Zo, dat is even genoeg over werkwoorden voor 1 les!

Het -ban/-ben achtervoegsel
In en binnen komen overeen met de achtervoegsels -ban/-ben in het Hongaars. Aangezien u nu alles weet over vocaal harmonie weet u dat -ban gebruikt wordt voor achter-woorden en -ben voor voor-woorden.

Ontkenning
Ontkennen is eenvoudig in het Hongaars: Voeg nem toe voor het werkwoord.
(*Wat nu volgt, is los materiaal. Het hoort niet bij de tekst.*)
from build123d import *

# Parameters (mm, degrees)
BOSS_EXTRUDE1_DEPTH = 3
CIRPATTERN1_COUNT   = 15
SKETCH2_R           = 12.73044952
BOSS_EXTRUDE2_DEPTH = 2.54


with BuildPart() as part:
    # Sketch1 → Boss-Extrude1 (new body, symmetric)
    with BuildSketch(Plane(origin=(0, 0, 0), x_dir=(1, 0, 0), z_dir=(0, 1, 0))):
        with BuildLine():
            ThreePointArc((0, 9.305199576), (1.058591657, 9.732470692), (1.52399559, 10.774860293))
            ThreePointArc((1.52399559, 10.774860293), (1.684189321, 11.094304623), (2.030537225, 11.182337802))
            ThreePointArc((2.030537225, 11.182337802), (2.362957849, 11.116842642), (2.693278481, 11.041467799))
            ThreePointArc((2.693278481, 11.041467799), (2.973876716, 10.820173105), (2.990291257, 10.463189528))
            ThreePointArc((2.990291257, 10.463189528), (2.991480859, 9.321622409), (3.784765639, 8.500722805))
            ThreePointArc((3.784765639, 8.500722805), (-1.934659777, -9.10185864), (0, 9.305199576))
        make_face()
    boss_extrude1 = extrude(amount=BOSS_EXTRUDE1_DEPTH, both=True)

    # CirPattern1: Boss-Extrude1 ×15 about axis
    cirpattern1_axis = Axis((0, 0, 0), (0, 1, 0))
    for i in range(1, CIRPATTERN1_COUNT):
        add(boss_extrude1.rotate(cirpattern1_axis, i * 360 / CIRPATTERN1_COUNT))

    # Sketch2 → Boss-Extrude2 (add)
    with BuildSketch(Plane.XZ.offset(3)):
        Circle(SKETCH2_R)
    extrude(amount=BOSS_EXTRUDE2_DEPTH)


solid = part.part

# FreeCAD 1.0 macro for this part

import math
import FreeCAD as App
import Part
import Sketcher

doc = App.newDocument("Part")
params = doc.addObject("Spreadsheet::Sheet", "Params")
for row, (alias, value) in enumerate([
    ("sketch1_radius", "0.43 mm"),
    ("pad1_length", "6 mm"),
    ("pad2_length", "2.54 mm"),
], start=1):
    params.set(f"A{row}", alias)
    params.set(f"B{row}", "=" + value)
    params.setAlias(f"B{row}", alias)

body = doc.addObject("PartDesign::Body", "Body")

# Sketch on XZ plane
sketch1 = body.newObject("Sketcher::SketchObject", "Sketch")
sketch1.AttachmentSupport = (doc.getObject("XZ_Plane"), [""])
sketch1.MapMode = "FlatFace"
sketch1.addGeometry([
    Part.ArcOfCircle(Part.Circle(App.Vector(0, -10.8302, 0), App.Vector(0, 0, 1), 1.525), math.radians(2.079609), math.radians(90)),  # 0
    Part.ArcOfCircle(Part.Circle(App.Vector(0, 0, 0), App.Vector(0, 0, 1), 9.3052), math.radians(-66), math.radians(270)),  # 1
    Part.ArcOfCircle(Part.Circle(App.Vector(4.405039, -9.89388, 0), App.Vector(0, 0, 1), 1.525), math.radians(114), math.radians(201.920391)),  # 2
    Part.ArcOfCircle(Part.Circle(App.Vector(2.591379, -10.623716, 0), App.Vector(0, 0, 1), 0.43), math.radians(-76.291875), math.radians(21.920391)),  # 3
    Part.ArcOfCircle(Part.Circle(App.Vector(0, 0.000001, 0), App.Vector(0, 0, 1), 11.365201), math.radians(-79.708124), math.radians(-76.291876)),  # 4
    Part.ArcOfCircle(Part.Circle(App.Vector(1.953712, -10.759256, 0), App.Vector(0, 0, 1), 0.43), math.radians(-177.920391), math.radians(-79.708125)),  # 5
], False)
sketch1.addConstraint([
    Sketcher.Constraint("Tangent", 0, 2, 1, 2),
    Sketcher.Constraint("Tangent", 1, 1, 2, 1),
    Sketcher.Constraint("Tangent", 2, 2, 3, 2),
    Sketcher.Constraint("Tangent", 3, 1, 4, 2),
    Sketcher.Constraint("Tangent", 4, 1, 5, 2),
    Sketcher.Constraint("Tangent", 5, 1, 0, 1),
    Sketcher.Constraint("Coincident", 1, 3, -1, 1),
    Sketcher.Constraint("Coincident", 4, 3, -1, 1),
    Sketcher.Constraint("Equal", 0, 2),
    Sketcher.Constraint("Equal", 3, 5),
    Sketcher.Constraint("PointOnObject", 0, 3, -2),
    Sketcher.Constraint("Radius", 3, 0.43),
    Sketcher.Constraint("Radius", 0, 1.525),
    Sketcher.Constraint("Radius", 1, 9.3052),
    Sketcher.Constraint("Radius", 4, 11.365201),
    Sketcher.Constraint("DistanceX", 3, 3, 3, 1, 0.1019),
])
sketch1.setExpression("Constraints[11]", "Params.sketch1_radius")
pad1 = body.newObject("PartDesign::Pad", "Pad")
pad1.Profile = sketch1
pad1.setExpression("Length", "Params.pad1_length")
pad1.Midplane = True
doc.recompute()

polarpattern = body.newObject("PartDesign::PolarPattern", "PolarPattern")
polarpattern.Originals = [pad1]
polarpattern.Axis = (doc.getObject("Y_Axis"), [""])
polarpattern.Angle = 360
polarpattern.Occurrences = 15
body.Tip = polarpattern

# Sketch on XZ plane
sketch2 = body.newObject("Sketcher::SketchObject", "Sketch001")
sketch2.AttachmentSupport = (doc.getObject("XZ_Plane"), [""])
sketch2.MapMode = "FlatFace"
sketch2.AttachmentOffset = App.Placement(App.Vector(0, 0, 3), App.Rotation())
sketch2.addGeometry(Part.Circle(App.Vector(0, 0, 0), App.Vector(0, 0, 1), 12.73045), False)
sketch2.addConstraint([
    Sketcher.Constraint("Coincident", 0, 3, -1, 1),
    Sketcher.Constraint("Diameter", 0, 25.460899),
])
pad2 = body.newObject("PartDesign::Pad", "Pad001")
pad2.Profile = sketch2
pad2.setExpression("Length", "Params.pad2_length")

doc.recompute()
Nog meer voorbeeld zinnen:

  • Tanulok Philadelphiában. Ik studeer in Philadelphia.
  • értem, de te nem érted.  Ik begrijp het wel, maar jij begrijpt het niet.
  • Én nem lakom Los Angeles-ben, de o” ott lakik. Ik woon niet in Los Angeles, maar hij woont daar.
  • Magyarul beszéltek? Nem, angolul beszélünk. Spreekt U (Meervoud) Hongaars? Nee, wij spreken Engels.
  • Látsz?Zie je? (Informeel)
  • Lát? Ziet u? (formeel)
  • Itt ülnek.Zij zitten daar.

Oefeningen

Vertaal de volgende zinnen in het Nederlands:

1. Tanulnak Rómában. 2. Nem beszélek angolul. 3. Ott lakom. 4. Jól beszélsz magyarul. 5. Ki ért?

Vertaal de volgende zinnen in het Hongaars:

6. Ik ben aan het eten. 7. Studeert u Hongaars? 8. Hij zit hier ook. 9. Waar studeren jullie? 10. Die ober werkt in het restaurant.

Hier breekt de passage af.